Project proposal

Author

gold-dingo

library(tidyverse)

Dataset

A brief description of your dataset including its provenance, dimensions, etc. as well as the reason why you chose this dataset.

Make sure to load the data and use inline code for some of this information.

#load data

ufo_sightings <- readr::read_csv('https://raw.githubusercontent.com/rfordatascience/tidytuesday/master/data/2023/2023-06-20/ufo_sightings.csv')
Rows: 96429 Columns: 12
── Column specification ────────────────────────────────────────────────────────
Delimiter: ","
chr  (7): city, state, country_code, shape, reported_duration, summary, day_...
dbl  (1): duration_seconds
lgl  (1): has_images
dttm (2): reported_date_time, reported_date_time_utc
date (1): posted_date

ℹ Use `spec()` to retrieve the full column specification for this data.
ℹ Specify the column types or set `show_col_types = FALSE` to quiet this message.
places <- readr::read_csv('https://raw.githubusercontent.com/rfordatascience/tidytuesday/master/data/2023/2023-06-20/places.csv')
Rows: 14417 Columns: 10
── Column specification ────────────────────────────────────────────────────────
Delimiter: ","
chr (6): city, alternate_city_names, state, country, country_code, timezone
dbl (4): latitude, longitude, population, elevation_m

ℹ Use `spec()` to retrieve the full column specification for this data.
ℹ Specify the column types or set `show_col_types = FALSE` to quiet this message.
day_parts_map <- readr::read_csv('https://raw.githubusercontent.com/rfordatascience/tidytuesday/master/data/2023/2023-06-20/day_parts_map.csv')
Rows: 26409 Columns: 12
── Column specification ────────────────────────────────────────────────────────
Delimiter: ","
dbl  (2): rounded_lat, rounded_long
date (1): rounded_date
time (9): astronomical_twilight_begin, nautical_twilight_begin, civil_twilig...

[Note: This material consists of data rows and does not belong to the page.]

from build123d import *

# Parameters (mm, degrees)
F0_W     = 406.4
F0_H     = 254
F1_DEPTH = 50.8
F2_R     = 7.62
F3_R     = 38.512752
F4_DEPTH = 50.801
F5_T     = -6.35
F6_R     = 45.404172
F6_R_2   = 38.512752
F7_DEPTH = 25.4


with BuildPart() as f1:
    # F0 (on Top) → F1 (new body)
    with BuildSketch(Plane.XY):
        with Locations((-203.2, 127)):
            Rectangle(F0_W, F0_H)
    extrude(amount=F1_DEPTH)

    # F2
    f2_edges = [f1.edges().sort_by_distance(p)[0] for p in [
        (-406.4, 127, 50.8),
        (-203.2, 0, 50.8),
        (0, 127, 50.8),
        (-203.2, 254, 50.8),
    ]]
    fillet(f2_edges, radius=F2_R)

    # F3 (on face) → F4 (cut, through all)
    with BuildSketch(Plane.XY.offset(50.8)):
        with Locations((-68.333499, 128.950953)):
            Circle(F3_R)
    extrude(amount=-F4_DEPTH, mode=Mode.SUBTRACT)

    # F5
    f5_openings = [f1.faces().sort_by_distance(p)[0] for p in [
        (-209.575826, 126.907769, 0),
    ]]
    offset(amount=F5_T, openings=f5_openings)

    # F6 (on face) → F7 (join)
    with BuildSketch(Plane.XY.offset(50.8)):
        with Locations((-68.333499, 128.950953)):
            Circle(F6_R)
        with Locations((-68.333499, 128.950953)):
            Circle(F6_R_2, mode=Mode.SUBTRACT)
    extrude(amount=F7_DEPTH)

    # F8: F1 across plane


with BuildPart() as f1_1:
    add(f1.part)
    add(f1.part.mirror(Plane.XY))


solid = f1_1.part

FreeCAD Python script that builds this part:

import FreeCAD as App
import Part
import Sketcher
Q = App.Units.Quantity


def edges_at(feature, points):
    """Names of the edges that pass closest to the given points."""
    edges = feature.Shape.Edges
    near = lambda p: min(range(len(edges)), key=lambda i: edges[i].distToShape(Part.Vertex(*p))[0])
    return sorted({f"Edge{near(p) + 1}" for p in points})


def faces_at(feature, points):
    """Names of the faces that lie closest to the given points."""
    faces = feature.Shape.Faces
    near = lambda p: min(range(len(faces)), key=lambda i: faces[i].distToShape(Part.Vertex(*p))[0])
    return sorted({f"Face{near(p) + 1}" for p in points})

doc = App.newDocument("Part")
body = doc.addObject("PartDesign::Body", "Body")

# Sketch on XY plane
sketch1 = doc.addObject("Sketcher::SketchObject", "Sketch")
body.addObject(sketch1)
sketch1.AttachmentSupport = (doc.XY_Plane, [""])
sketch1.MapMode = "FlatFace"
sketch1.addGeometry(Part.LineSegment(App.Vector(-406, 254, 0), App.Vector(-406, 0, 0)), False)
sketch1.addGeometry(Part.LineSegment(App.Vector(-406, 0, 0), App.Vector(0, 0, 0)), False)
sketch1.addGeometry(Part.LineSegment(App.Vector(0, 0, 0), App.Vector(0, 254, 0)), False)
sketch1.addGeometry(Part.LineSegment(App.Vector(0, 254, 0), App.Vector(-406, 254, 0)), False)
sketch1.addConstraint(Sketcher.Constraint("Coincident", 0, 2, 1, 1))
sketch1.addConstraint(Sketcher.Constraint("Coincident", 1, 2, 2, 1))
sketch1.addConstraint(Sketcher.Constraint("Coincident", 2, 2, 3, 1))
sketch1.addConstraint(Sketcher.Constraint("Coincident", 3, 2, 0, 1))
sketch1.addConstraint(Sketcher.Constraint("Vertical", 0))
sketch1.addConstraint(Sketcher.Constraint("Horizontal", 1))
sketch1.addConstraint(Sketcher.Constraint("Vertical", 2))
sketch1.addConstraint(Sketcher.Constraint("Horizontal", 3))
sketch1.addConstraint(Sketcher.Constraint("Coincident", 1, 2, -1, 1))
sketch1.addConstraint(Sketcher.Constraint("DistanceX", 1, 1, 1, 2, Q("16 in")))
sketch1.addConstraint(Sketcher.Constraint("DistanceY", 0, 2, 0, 1, Q("10 in")))
pad1 = doc.addObject("PartDesign::Pad", "Pad")
body.addObject(pad1)
pad1.Profile = sketch1
pad1.Length = Q("2 in")
doc.recompute()

fillet = doc.addObject("PartDesign::Fillet", "Fillet")
body.addObject(fillet)
fillet.Base = (pad1, edges_at(pad1, [
    (-406.4, 127, 50.8),
    (-203.2, 0, 50.8),
    (0, 127, 50.8),
    (-203.2, 254, 50.8),
]))
fillet.Radius = Q("0.3 in")

# Sketch on XY plane
sketch2 = doc.addObject("Sketcher::SketchObject", "Sketch001")
body.addObject(sketch2)
sketch2.AttachmentSupport = (doc.XY_Plane, [""])
sketch2.MapMode = "FlatFace"
sketch2.AttachmentOffset = App.Placement(App.Vector(0, 0, 2 * 25.4), App.Rotation())
sketch2.addGeometry(Part.Circle(App.Vector(-68, 129, 0), App.Vector(0, 0, 1), 39), False)
sketch2.addConstraint(Sketcher.Constraint("Diameter", 0, Q("3.0325002 in")))
sketch2.addConstraint(Sketcher.Constraint("DistanceX", 0, 3, -1, 1, 68.333499))
sketch2.addConstraint(Sketcher.Constraint("DistanceY", -1, 1, 0, 3, 128.950953))
pocket1 = doc.addObject("PartDesign::Pocket", "Pocket")
body.addObject(pocket1)
pocket1.Profile = sketch2
pocket1.Type = "ThroughAll"
doc.recompute()

thickness = doc.addObject("PartDesign::Thickness", "Thickness")
body.addObject(thickness)
thickness.Base = (pocket1, faces_at(pocket1, [(-203.2, 127, 0)]))
thickness.Value = Q("0.25 in")
thickness.Reversed = True
thickness.Join = "Arc"

# Sketch on XY plane
sketch3 = doc.addObject("Sketcher::SketchObject", "Sketch002")
body.addObject(sketch3)
sketch3.AttachmentSupport = (doc.XY_Plane, [""])
sketch3.MapMode = "FlatFace"
sketch3.AttachmentOffset = App.Placement(App.Vector(0, 0, 2 * 25.4), App.Rotation())
sketch3.addGeometry(Part.Circle(App.Vector(-68, 129, 0), App.Vector(0, 0, 1), 45), False)
sketch3.addGeometry(Part.Circle(App.Vector(-68, 129, 0), App.Vector(0, 0, 1), 39), False)
sketch3.addConstraint(Sketcher.Constraint("Coincident", 1, 3, 0, 3))
sketch3.addConstraint(Sketcher.Constraint("Diameter", 1, Q("3.0325002 in")))
sketch3.addConstraint(Sketcher.Constraint("Diameter", 0, 90.808344))
sketch3.addConstraint(Sketcher.Constraint("DistanceX", 0, 3, -1, 1, 68.333499))
sketch3.addConstraint(Sketcher.Constraint("DistanceY", -1, 1, 0, 3, 128.950953))
pad2 = doc.addObject("PartDesign::Pad", "Pad001")
body.addObject(pad2)
pad2.Profile = sketch3
pad2.Length = Q("1 in")
body2 = doc.addObject("PartDesign::Body", "Body001")
doc.recompute()

body2.BaseFeature = body
doc.recompute()

mirroring = doc.addObject("Part::Mirroring", "Mirroring")
mirroring.Source = body
mirroring.Base = App.Vector(0, 0, 0)
mirroring.Normal = App.Vector(0, 0, 1)
body3 = doc.addObject("PartDesign::Body", "Body002")
body3.BaseFeature = mirroring
boolean = doc.addObject("PartDesign::Boolean", "Boolean")
body2.addObject(boolean)
boolean.Type = "Fuse"
boolean.addObjects([body3])
doc.recompute()
mirroring.Visibility = False

doc.recompute()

ℹ Use `spec()` to retrieve the full column specification for this data.
ℹ Specify the column types or set `show_col_types = FALSE` to quiet this message.

This is a dataset that is the result of an combination of UFO sightings from the National UFO Research Center enriched by data from https://sunrise-sunset.org/. This combination enables us to determine the meteorological and lighting conditions that took place during each recorded sighting. This data set includes three data frames: day_parts_map (the daytime conditions, 26409 observations of 12 variables), places (location of sightings, 14417 observations of 10 variabls), and ufo_sightings (96429 observations of 12 variables). We chose this dataset because we are interested in UFOs.

Questions

The two questions you want to answer.

Question 1: How does the frequency of UFO sightings evolve over time, based on location and time of day? What is the short term and long term frequency of UFO sightings? Do these metrics differ by location? y = date, x = location, z = time of day

Question 2: How is the shape of a UFO dependent on location? Is there a relationship between the shape of a UFO and where it is sighted? x = location, a = shape

Analysis plan

A plan for answering each of the questions including the variables involved, variables to be created (if any), external data to be merged in (if any).

For question 1, we need to merge two of the data frames. Variables date, and time of day are both in ufo_sightings, but to get a better idea of “location,” we need to get the latitude and longitude coordinates in order to map the data. Since latitude and longitude are not in ufo_sightings, but in the places data frame, we need to merge both data frames. We can do this by using a left merge that sets the “city” variable from ufo_sightings equal to the “city” variable from “places.”

We will do the same for question 2, since the shape variable is in the ufo_sightings data frame, and we are still using a location variable. We still need the latitude and longitude of the cities from ufo_sightings.

For both questions, we are working with a variable x that we must create using existing variables “city”, “latitude”, and “longitude.”